Twenty-First Century Stories And Art #1 by Kimberly CoxKimberly Cox is a writer and social commentator, living and working in Manhattan in and around the comic and film industries. She writes a personal viewpoint for Bleeding Cool about the changing shape of storytelling today.

She's also a little bit right-wing. Imagine Anne Coulter, just without the desire to baptise Iraq.

So I'm fascinated with all this new technology. We all wonder how it's changing our society. I'm here to talk about how it's not, as opposed to talking about how it does. It's too soon for us to know. And in the meantime, it's important to not forget about what has kept us, US, for hundreds of years.

I'm talking about art and story telling: theatre, comics, music, pictures, design. While society changes, these things change in tandem. We learn from history that each of these artistic practices reflect the time in which they are created and the zeitgeist of an era.

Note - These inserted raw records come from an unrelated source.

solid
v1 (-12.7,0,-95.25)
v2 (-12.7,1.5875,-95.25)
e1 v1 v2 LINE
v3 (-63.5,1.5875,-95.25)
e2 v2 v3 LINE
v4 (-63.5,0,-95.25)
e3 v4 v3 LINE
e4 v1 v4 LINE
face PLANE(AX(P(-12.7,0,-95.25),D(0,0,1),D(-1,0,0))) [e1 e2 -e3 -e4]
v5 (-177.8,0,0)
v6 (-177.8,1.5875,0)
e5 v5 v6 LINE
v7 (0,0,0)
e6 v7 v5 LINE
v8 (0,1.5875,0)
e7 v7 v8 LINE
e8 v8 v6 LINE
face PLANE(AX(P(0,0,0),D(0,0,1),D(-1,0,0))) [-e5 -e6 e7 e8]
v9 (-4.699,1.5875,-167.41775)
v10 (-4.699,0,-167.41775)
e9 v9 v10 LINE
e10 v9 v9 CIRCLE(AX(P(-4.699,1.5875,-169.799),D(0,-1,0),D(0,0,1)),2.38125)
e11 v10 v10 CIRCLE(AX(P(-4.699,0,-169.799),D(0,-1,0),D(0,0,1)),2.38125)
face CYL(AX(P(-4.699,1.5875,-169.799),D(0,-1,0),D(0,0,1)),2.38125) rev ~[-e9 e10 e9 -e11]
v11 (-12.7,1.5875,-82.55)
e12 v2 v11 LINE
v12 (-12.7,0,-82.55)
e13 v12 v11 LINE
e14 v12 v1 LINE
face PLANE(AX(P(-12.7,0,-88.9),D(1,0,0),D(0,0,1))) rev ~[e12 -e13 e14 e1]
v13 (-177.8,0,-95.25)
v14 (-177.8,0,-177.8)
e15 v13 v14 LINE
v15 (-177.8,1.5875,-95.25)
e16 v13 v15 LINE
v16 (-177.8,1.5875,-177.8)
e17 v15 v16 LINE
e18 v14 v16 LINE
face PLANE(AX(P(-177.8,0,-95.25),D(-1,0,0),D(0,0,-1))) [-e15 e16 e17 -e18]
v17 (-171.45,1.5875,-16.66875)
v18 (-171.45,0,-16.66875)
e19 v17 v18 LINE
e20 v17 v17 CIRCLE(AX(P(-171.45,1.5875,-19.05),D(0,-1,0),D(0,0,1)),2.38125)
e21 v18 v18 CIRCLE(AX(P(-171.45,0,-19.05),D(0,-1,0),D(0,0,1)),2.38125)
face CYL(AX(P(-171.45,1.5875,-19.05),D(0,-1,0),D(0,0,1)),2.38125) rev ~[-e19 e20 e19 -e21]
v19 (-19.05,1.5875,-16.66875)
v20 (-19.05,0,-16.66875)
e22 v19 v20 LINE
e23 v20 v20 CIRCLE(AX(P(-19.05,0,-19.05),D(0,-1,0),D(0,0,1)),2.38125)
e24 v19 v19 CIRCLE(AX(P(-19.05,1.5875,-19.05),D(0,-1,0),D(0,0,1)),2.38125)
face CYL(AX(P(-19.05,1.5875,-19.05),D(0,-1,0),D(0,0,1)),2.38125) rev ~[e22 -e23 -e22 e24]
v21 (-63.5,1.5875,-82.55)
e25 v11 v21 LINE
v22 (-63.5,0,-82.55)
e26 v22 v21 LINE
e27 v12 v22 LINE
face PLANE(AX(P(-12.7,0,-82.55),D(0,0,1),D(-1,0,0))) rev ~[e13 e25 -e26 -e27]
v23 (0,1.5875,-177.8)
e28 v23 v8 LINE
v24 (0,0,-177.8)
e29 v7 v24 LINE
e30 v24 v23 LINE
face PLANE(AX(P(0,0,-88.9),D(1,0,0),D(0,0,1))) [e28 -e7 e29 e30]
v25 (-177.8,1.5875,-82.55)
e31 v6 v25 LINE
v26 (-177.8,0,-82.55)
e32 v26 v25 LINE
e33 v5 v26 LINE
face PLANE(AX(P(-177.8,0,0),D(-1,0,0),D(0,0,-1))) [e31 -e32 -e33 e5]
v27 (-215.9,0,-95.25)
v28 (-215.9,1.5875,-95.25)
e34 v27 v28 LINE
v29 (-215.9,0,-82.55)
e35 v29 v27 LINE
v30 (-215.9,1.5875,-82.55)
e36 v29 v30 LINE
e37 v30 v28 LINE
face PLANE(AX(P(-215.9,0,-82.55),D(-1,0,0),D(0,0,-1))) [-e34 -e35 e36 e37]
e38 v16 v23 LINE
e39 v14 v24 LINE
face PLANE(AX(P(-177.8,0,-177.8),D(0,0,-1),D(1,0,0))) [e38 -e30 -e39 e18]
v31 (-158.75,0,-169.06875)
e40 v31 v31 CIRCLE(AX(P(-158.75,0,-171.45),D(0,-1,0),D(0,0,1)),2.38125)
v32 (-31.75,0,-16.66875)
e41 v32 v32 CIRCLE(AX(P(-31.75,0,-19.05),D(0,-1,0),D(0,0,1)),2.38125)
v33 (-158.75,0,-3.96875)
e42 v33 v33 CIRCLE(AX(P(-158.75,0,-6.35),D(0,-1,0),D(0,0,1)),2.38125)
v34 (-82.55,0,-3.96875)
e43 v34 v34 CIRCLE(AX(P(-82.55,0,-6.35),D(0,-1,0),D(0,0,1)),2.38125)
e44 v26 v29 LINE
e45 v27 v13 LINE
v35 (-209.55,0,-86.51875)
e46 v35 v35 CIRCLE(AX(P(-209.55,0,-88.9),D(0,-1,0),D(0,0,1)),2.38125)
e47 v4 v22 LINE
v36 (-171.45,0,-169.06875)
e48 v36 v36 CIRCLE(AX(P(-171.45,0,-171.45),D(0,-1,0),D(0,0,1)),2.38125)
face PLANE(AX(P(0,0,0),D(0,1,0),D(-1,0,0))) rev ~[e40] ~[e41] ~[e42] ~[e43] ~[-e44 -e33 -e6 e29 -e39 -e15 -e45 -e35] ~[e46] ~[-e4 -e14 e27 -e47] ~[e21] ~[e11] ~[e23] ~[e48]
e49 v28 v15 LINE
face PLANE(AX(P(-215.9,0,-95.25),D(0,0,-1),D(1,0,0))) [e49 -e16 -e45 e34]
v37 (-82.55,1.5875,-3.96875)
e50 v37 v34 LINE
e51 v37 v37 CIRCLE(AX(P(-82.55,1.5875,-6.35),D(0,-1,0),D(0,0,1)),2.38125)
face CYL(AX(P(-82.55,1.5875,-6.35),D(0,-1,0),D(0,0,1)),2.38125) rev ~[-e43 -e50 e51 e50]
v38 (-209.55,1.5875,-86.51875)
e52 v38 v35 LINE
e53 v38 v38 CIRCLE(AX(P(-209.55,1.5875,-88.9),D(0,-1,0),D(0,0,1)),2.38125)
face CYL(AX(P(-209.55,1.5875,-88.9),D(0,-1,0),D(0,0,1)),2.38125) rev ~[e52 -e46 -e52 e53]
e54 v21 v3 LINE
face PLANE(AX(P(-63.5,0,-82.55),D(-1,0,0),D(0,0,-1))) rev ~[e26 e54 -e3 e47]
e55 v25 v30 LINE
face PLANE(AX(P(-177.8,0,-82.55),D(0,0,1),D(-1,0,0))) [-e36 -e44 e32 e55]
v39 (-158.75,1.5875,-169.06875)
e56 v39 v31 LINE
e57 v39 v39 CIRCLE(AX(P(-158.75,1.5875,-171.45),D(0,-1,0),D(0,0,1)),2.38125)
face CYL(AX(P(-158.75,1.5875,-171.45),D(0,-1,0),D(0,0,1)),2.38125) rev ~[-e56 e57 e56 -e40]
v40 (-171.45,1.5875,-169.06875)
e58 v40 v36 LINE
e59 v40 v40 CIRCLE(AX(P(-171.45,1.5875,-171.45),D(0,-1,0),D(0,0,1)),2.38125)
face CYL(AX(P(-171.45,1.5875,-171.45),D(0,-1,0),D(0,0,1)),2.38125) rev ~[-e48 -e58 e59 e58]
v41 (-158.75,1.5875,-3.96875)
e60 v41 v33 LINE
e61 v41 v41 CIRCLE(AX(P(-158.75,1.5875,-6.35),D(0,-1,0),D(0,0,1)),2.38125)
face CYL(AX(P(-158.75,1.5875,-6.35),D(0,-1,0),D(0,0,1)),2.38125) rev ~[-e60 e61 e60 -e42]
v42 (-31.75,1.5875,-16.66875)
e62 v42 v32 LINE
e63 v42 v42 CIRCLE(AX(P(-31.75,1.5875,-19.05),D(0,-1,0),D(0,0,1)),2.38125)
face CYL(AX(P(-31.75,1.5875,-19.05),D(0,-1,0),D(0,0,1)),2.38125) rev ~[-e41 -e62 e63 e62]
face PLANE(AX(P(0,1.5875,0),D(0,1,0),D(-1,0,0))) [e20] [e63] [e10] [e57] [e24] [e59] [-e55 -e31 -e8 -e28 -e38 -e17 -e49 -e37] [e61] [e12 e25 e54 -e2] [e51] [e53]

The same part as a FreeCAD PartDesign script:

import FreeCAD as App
import Part
import Sketcher
from FreeCAD import Vector
Q = App.Units.Quantity


def add_polygon(sketch, points):
    """Adds a closed chain of lines whose ends are joined by coincident constraints."""
    first, n = sketch.GeometryCount, len(points)
    for a, b in zip(points, points[1:] + points[:1]):
        sketch.addGeometry(Part.LineSegment(App.Vector(*a, 0), App.Vector(*b, 0)), False)
    for i in range(n):
        sketch.addConstraint(Sketcher.Constraint("Coincident", first + i, 2, first + (i + 1) % n, 1))

doc = App.newDocument("Part")
body = doc.addObject("PartDesign::Body", "Body")

# Sketch on XZ plane
sketch1 = body.newObject("Sketcher::SketchObject", "Sketch")
sketch1.AttachmentSupport = (doc.getObject("XZ_Plane"), [""])
sketch1.MapMode = "FlatFace"
add_polygon(sketch1, [(-178, 0), (0, 0), (0, -178), (-178, -178), (-178, -95), (-216, -95), (-216, -83), (-178, -83)])  # lines 0-7
add_polygon(sketch1, [(-64, -83), (-64, -95), (-13, -95), (-13, -83)])  # lines 8-11
sketch1.addConstraint([
    Sketcher.Constraint("Horizontal", 0),
    Sketcher.Constraint("Vertical", 1),
    Sketcher.Constraint("Horizontal", 2),
    Sketcher.Constraint("Vertical", 3),
    Sketcher.Constraint("Horizontal", 4),
    Sketcher.Constraint("Vertical", 5),
    Sketcher.Constraint("Horizontal", 6),
    Sketcher.Constraint("Vertical", 7),
    Sketcher.Constraint("Vertical", 8),
    Sketcher.Constraint("Horizontal", 9),
    Sketcher.Constraint("Vertical", 10),
    Sketcher.Constraint("Horizontal", 11),
    Sketcher.Constraint("Coincident", 0, 2, -1, 1),
    Sketcher.Constraint("Horizontal", 4, 2, 8, 2),
    Sketcher.Constraint("Horizontal", 6, 2, 10, 2),
    Sketcher.Constraint("Vertical", 3, 2, 6, 2),
    Sketcher.Constraint("Equal", 2, 1),
    Sketcher.Constraint("Equal", 3, 7),
    Sketcher.Constraint("DistanceX", 0, 1, 0, 2, Q("7 in")),
    Sketcher.Constraint("DistanceY", 5, 1, 5, 2, Q("0.5 in")),
    Sketcher.Constraint("DistanceX", 9, 2, -1, 1, Q("0.5 in")),
    Sketcher.Constraint("DistanceX", 9, 1, 9, 2, Q("2 in")),
    Sketcher.Constraint("DistanceX", 4, 2, 4, 1, Q("1.5 in")),
])
pad1 = body.newObject("PartDesign::Pad", "Pad")
pad1.Profile = sketch1
pad1.Length = Q("0.0625 in")
pad1.Reversed = True

# Sketch on XZ plane
sketch2 = body.newObject("Sketcher::SketchObject", "Sketch001")
sketch2.AttachmentSupport = (doc.getObject("XZ_Plane"), [""])
sketch2.MapMode = "FlatFace"
sketch2.AttachmentOffset = App.Placement(Vector(0, 0, -0.0625 * 25.4), App.Rotation())
sketch2.addGeometry([
    Part.Circle(Vector(-171.4, -171.4, 0), Vector(0, 0, 1), 2.4),  # 0
    Part.Circle(Vector(-158.8, -171.4, 0), Vector(0, 0, 1), 2.4),  # 1
    Part.Circle(Vector(-19.1, -19.1, 0), Vector(0, 0, 1), 2.4),  # 2
    Part.Circle(Vector(-31.8, -19.1, 0), Vector(0, 0, 1), 2.4),  # 3
    Part.Circle(Vector(-171.4, -19.1, 0), Vector(0, 0, 1), 2.4),  # 4
    Part.Circle(Vector(-158.8, -6.3, 0), Vector(0, 0, 1), 2.4),  # 5
    Part.Circle(Vector(-4.7, -169.8, 0), Vector(0, 0, 1), 2.4),  # 6
    Part.Circle(Vector(-209.6, -88.9, 0), Vector(0, 0, 1), 2.4),  # 7
], False)
sketch2.addConstraint([
    Sketcher.Constraint("Equal", 0, 1),
    Sketcher.Constraint("Equal", 1, 2),
    Sketcher.Constraint("Equal", 2, 3),
    Sketcher.Constraint("Equal", 3, 4),
    Sketcher.Constraint("Equal", 4, 5),
    Sketcher.Constraint("Equal", 5, 6),
    Sketcher.Constraint("Equal", 6, 7),
    Sketcher.Constraint("Horizontal", 0, 3, 1, 3),
    Sketcher.Constraint("Horizontal", 2, 3, 3, 3),
    Sketcher.Constraint("Horizontal", 3, 3, 4, 3),
    Sketcher.Constraint("Vertical", 0, 3, 4, 3),
    Sketcher.Constraint("Vertical", 1, 3, 5, 3),
    Sketcher.Constraint("Diameter", 0, Q("0.1875 in")),
    Sketcher.Constraint("DistanceY", 1, 3, 2, 3, Q("6 in")),
    Sketcher.Constraint("DistanceX", 0, 3, 2, 3, Q("6 in")),
    Sketcher.Constraint("DistanceX", 1, 3, 3, 3, Q("5 in")),
    Sketcher.Constraint("DistanceX", 7, 3, 1, 3, Q("2 in")),
    Sketcher.Constraint("DistanceY", 7, 3, -1, 1, Q("3.5 in")),
    Sketcher.Constraint("DistanceX", 0, 3, 1, 3, Q("0.5 in")),
    Sketcher.Constraint("DistanceY", 4, 3, 5, 3, Q("0.5 in")),
    Sketcher.Constraint("DistanceX", 0, 3, -1, 1, Q("6.75 in")),
    Sketcher.Constraint("DistanceY", 0, 3, -1, 1, Q("6.75 in")),
    Sketcher.Constraint("DistanceX", 6, 3, -1, 1, Q("0.185 in")),
    Sketcher.Constraint("DistanceY", 6, 3, -1, 1, Q("6.685 in")),
])
doc.recompute()
hole = body.newObject("PartDesign::Hole", "Hole")
hole.Profile = sketch2
hole.ThreadType = "None"
hole.Diameter = Q("0.1875 in")
hole.DepthType = "ThroughAll"
hole.Reversed = True

# Sketch on XZ plane
sketch3 = body.newObject("Sketcher::SketchObject", "Sketch002")
sketch3.AttachmentSupport = (doc.getObject("XZ_Plane"), [""])
sketch3.MapMode = "FlatFace"
sketch3.AttachmentOffset = App.Placement(Vector(0, 0, -0.0625 * 25.4), App.Rotation())
sketch3.addGeometry(Part.Circle(Vector(-82.5, -6.3, 0), Vector(0, 0, 1), 2.4), False)
sketch3.addConstraint([
    Sketcher.Constraint("Diameter", 0, Q("0.1875 in")),
    Sketcher.Constraint("DistanceX", 0, 3, -1, 1, Q("3.25 in")),
    Sketcher.Constraint("DistanceY", 0, 3, -1, 1, Q("0.25 in")),
])
doc.recompute()
hole2 = body.newObject("PartDesign::Hole", "Hole001")
hole2.Profile = sketch3
hole2.ThreadType = "None"
hole2.Diameter = Q("0.1875 in")
hole2.DepthType = "ThroughAll"
hole2.Reversed = True

doc.recompute()
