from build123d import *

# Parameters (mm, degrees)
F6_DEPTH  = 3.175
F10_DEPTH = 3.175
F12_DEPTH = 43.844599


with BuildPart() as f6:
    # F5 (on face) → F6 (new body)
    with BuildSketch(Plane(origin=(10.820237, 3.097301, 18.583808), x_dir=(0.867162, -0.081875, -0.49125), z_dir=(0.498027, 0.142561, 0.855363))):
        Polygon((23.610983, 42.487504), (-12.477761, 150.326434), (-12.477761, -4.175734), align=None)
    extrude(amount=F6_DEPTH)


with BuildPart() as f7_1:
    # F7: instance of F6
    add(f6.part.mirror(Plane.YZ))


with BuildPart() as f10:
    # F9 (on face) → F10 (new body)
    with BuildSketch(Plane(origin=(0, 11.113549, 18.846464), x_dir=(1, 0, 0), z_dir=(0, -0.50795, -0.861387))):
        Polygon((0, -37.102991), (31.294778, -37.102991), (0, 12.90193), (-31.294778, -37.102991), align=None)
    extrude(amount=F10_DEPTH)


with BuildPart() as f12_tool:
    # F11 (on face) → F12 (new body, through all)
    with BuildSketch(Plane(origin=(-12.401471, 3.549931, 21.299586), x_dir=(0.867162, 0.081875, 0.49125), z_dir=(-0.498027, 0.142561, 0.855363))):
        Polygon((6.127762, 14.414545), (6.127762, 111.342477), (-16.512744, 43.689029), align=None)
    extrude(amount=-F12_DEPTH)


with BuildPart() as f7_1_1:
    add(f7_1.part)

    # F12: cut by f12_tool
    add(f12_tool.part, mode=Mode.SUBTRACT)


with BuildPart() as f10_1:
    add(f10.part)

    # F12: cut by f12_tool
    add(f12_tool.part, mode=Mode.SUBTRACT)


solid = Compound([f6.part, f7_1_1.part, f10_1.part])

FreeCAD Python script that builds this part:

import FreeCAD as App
import Part
import Sketcher
from FreeCAD import Vector
Q = App.Units.Quantity


def add_polygon(sketch, points):
    """Adds a closed chain of lines whose ends are joined by coincident constraints."""
    first, n = sketch.GeometryCount, len(points)
    for a, b in zip(points, points[1:] + points[:1]):
        sketch.addGeometry(Part.LineSegment(App.Vector(*a, 0), App.Vector(*b, 0)), False)
    for i in range(n):
        sketch.addConstraint(Sketcher.Constraint("Coincident", first + i, 2, first + (i + 1) % n, 1))

doc = App.newDocument("Part")
params = doc.addObject("Spreadsheet::Sheet", "Params")
for row, (alias, value) in enumerate([
    ("pad1_length", "0.125 in"),
    ("pad2_length", "0.125 in"),
    ("pad3_length", "43.844599 mm"),
], start=1):
    params.set(f"A{row}", alias)
    params.set(f"B{row}", "=" + value)
    params.setAlias(f"B{row}", alias)

body = doc.addObject("PartDesign::Body", "Body")

# Sketch on an angled plane
sketch1 = body.newObject("Sketcher::SketchObject", "Sketch")
sketch1.Placement = App.Placement(Vector(10.820237, 3.097301, 18.583808), App.Rotation(Vector(0.867161579, -0.081875118, -0.49125071), Vector(-0.000000246, 0.986393853, -0.164399409), Vector(0.498026902, 0.142560972, 0.855362832), "ZXY"))
add_polygon(sketch1, [(24, 42), (-12, 150), (-12, -4)])  # lines 0-2
sketch1.addConstraint(Sketcher.Constraint("Vertical", 1))
sketch1.addConstraint(Sketcher.Constraint("DistanceY", 1, 2, 1, 1, Q("154.502168 mm")))
sketch1.addConstraint(Sketcher.Constraint("DistanceX", 0, 2, -1, 1, Q("12.477761 mm")))
sketch1.addConstraint(Sketcher.Constraint("DistanceY", 2, 2, 0, 2, Q("107.83893 mm")))
sketch1.addConstraint(Sketcher.Constraint("Distance", 0, Q("113.717335 mm")))
sketch1.addConstraint(Sketcher.Constraint("DistanceY", -1, 1, 0, 2, Q("150.326434 mm")))
pad1 = body.newObject("PartDesign::Pad", "Pad")
pad1.Profile = sketch1
pad1.setExpression("Length", "Params.pad1_length")
body2 = doc.addObject("PartDesign::Body", "Body001")
doc.recompute()

mirroring = doc.addObject("Part::Mirroring", "Mirroring")
mirroring.Source = body
mirroring.Base = Vector(0, 0, 0)
mirroring.Normal = Vector(1, 0, 0)
body2.BaseFeature = mirroring
doc.recompute()
body3 = doc.addObject("PartDesign::Body", "Body002")

# Sketch on an angled plane
sketch2 = body3.newObject("Sketcher::SketchObject", "Sketch001")
sketch2.Placement = App.Placement(Vector(0, 11.113549, 18.846464), App.Rotation(Vector(1, 0, 0), Vector(0, -0.86138667, 0.507949805), Vector(0, -0.507949805, -0.86138667), "ZXY"))
add_polygon(sketch2, [(31, -37), (0, 13), (-31, -37)])  # lines 0-2
sketch2.addConstraint(Sketcher.Constraint("Horizontal", 2))
sketch2.addConstraint(Sketcher.Constraint("PointOnObject", 0, 2, -2))
sketch2.addConstraint(Sketcher.Constraint("Equal", 0, 1))
sketch2.addConstraint(Sketcher.Constraint("DistanceX", 2, 1, 2, 2, Q("62.589556 mm")))
sketch2.addConstraint(Sketcher.Constraint("DistanceY", -1, 1, 0, 2, Q("12.90193 mm")))
sketch2.addConstraint(Sketcher.Constraint("DistanceY", 1, 2, -1, 1, Q("37.102991 mm")))
pad2 = body3.newObject("PartDesign::Pad", "Pad001")
pad2.Profile = sketch2
pad2.setExpression("Length", "Params.pad2_length")
body4 = doc.addObject("PartDesign::Body", "Body003")

# Sketch on an angled plane
sketch3 = body4.newObject("Sketcher::SketchObject", "Sketch002")
sketch3.Placement = App.Placement(Vector(-12.401471, 3.549931, 21.299586), App.Rotation(Vector(0.867161579, 0.081875118, 0.49125071), Vector(0.000000246, 0.986393853, -0.164399409), Vector(-0.498026902, 0.142560972, 0.855362832), "ZXY"))
add_polygon(sketch3, [(6, 14), (6, 111), (-17, 44)])  # lines 0-2
sketch3.addConstraint(Sketcher.Constraint("Vertical", 0))
sketch3.addConstraint(Sketcher.Constraint("DistanceY", 0, 1, 0, 2, Q("96.927932 mm")))
sketch3.addConstraint(Sketcher.Constraint("DistanceX", -1, 1, 0, 2, Q("6.127762 mm")))
sketch3.addConstraint(Sketcher.Constraint("DistanceY", -1, 1, 1, 2, Q("43.689029 mm")))
sketch3.addConstraint(Sketcher.Constraint("Distance", 1, Q("71.341303 mm")))
sketch3.addConstraint(Sketcher.Constraint("Distance", 2, Q("37.007944 mm")))
pad3 = body4.newObject("PartDesign::Pad", "Pad002")
pad3.Profile = sketch3
pad3.setExpression("Length", "Params.pad3_length")
pad3.Reversed = True
doc.recompute()

body5 = doc.addObject("PartDesign::Body", "Body004")
body5.BaseFeature = body4
boolean = body2.newObject("PartDesign::Boolean", "Boolean")
boolean.Type = "Cut"
boolean.addObjects([body5])
doc.recompute()

boolean2 = body3.newObject("PartDesign::Boolean", "Boolean001")
boolean2.Type = "Cut"
boolean2.addObjects([body4])
mirroring.Visibility = False

doc.recompute()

Let's not walk in circles. Today, we have comic books, theatrical productions, movies, books, the internet, radio (an ever changing medium and solid despite what some may think.)

But do they reflect who we are as a society? This is the question I want to get you thinking about and talking about. In many ways, the art that I see being created does, but a lot of the Mass Media or Mainstream Media (MSM) doesn't resemble the art I am talking about. I'm talking about the difference between Ashton Kutcher and Paul Pope. The difference between Chris Nolan and Frank Miller. The difference between American Idol and 24 or Fringe. Dan Brown or Victor Davis Hanson?

I'm not good when it comes to analyzing visual art so I will leave that to someone who is more of an expert than I, BUT I do have a solid sense of theatrical theory and practice. What does that mean? I've studied the history of performing arts. Of storytelling. So it gives me a solid standing in that arena.

We don't seem to be thinking about history in the MSM. That does not mean that we have forgotten about it. I think the MSM just thinks they don't owe history anything. Like Zeus when he first became a god, the MSM is boistrously arrogant and enjoying it's current reign over the older gods of theatre and pictures. Here I am, playing Aeschylus's Prometheus when he tells the Ocean that Zeus would one day be sorry for it.

The art I see be created and the storytelling I see happening again, is very different from what I see in the MSM. So I ask you to think about history. In the theatre, the 20th century saw innovation beyond Aristotle's wildest dreams. We also saw this happen in radio and cinema. Is the quality today better than it was then? In the MSM, it is not, but if you know where to look, you see that respect for history in places from time to time.

In the early twentieth century, theatre began to break from the traditional Aristotelean approach to story telling. You had the Da-Da movement in the 1920s that pushed the Theater of the Absurd into being. Then you had Bertholt Brecht in the 1940s and 1950s breaking the fourth wall and pushing for a narrative being told differently to an audience. This does not mean that the Aristotelean Tradition was forgotten in any way. The schism in approach reflects the period of history and social change we were going through.

What about comic books? Are comic books today, better or worse? My cousin, Travis, told me recently that he was starting to view modern day comic books as soap operas. There are still some he likes but mostly, the big publishing houses release the same story, with the same characters in the same predictable plot.

Frank Miller answered this when I posed the thought to him, "I remember working with David Mazzuchelli on BATMAN YEAR ONE. I picked up some EC Comics done by Johnny Craig, thinking that was where he was going and would help this talent flourish further. But David hearkened back more to Chester Gould and DICK TRACY in the 1940s. The starker bolder style. David went on to do things like RUBBER BLANKET, a cruder more direct way of using comics as pure visceral story-telling.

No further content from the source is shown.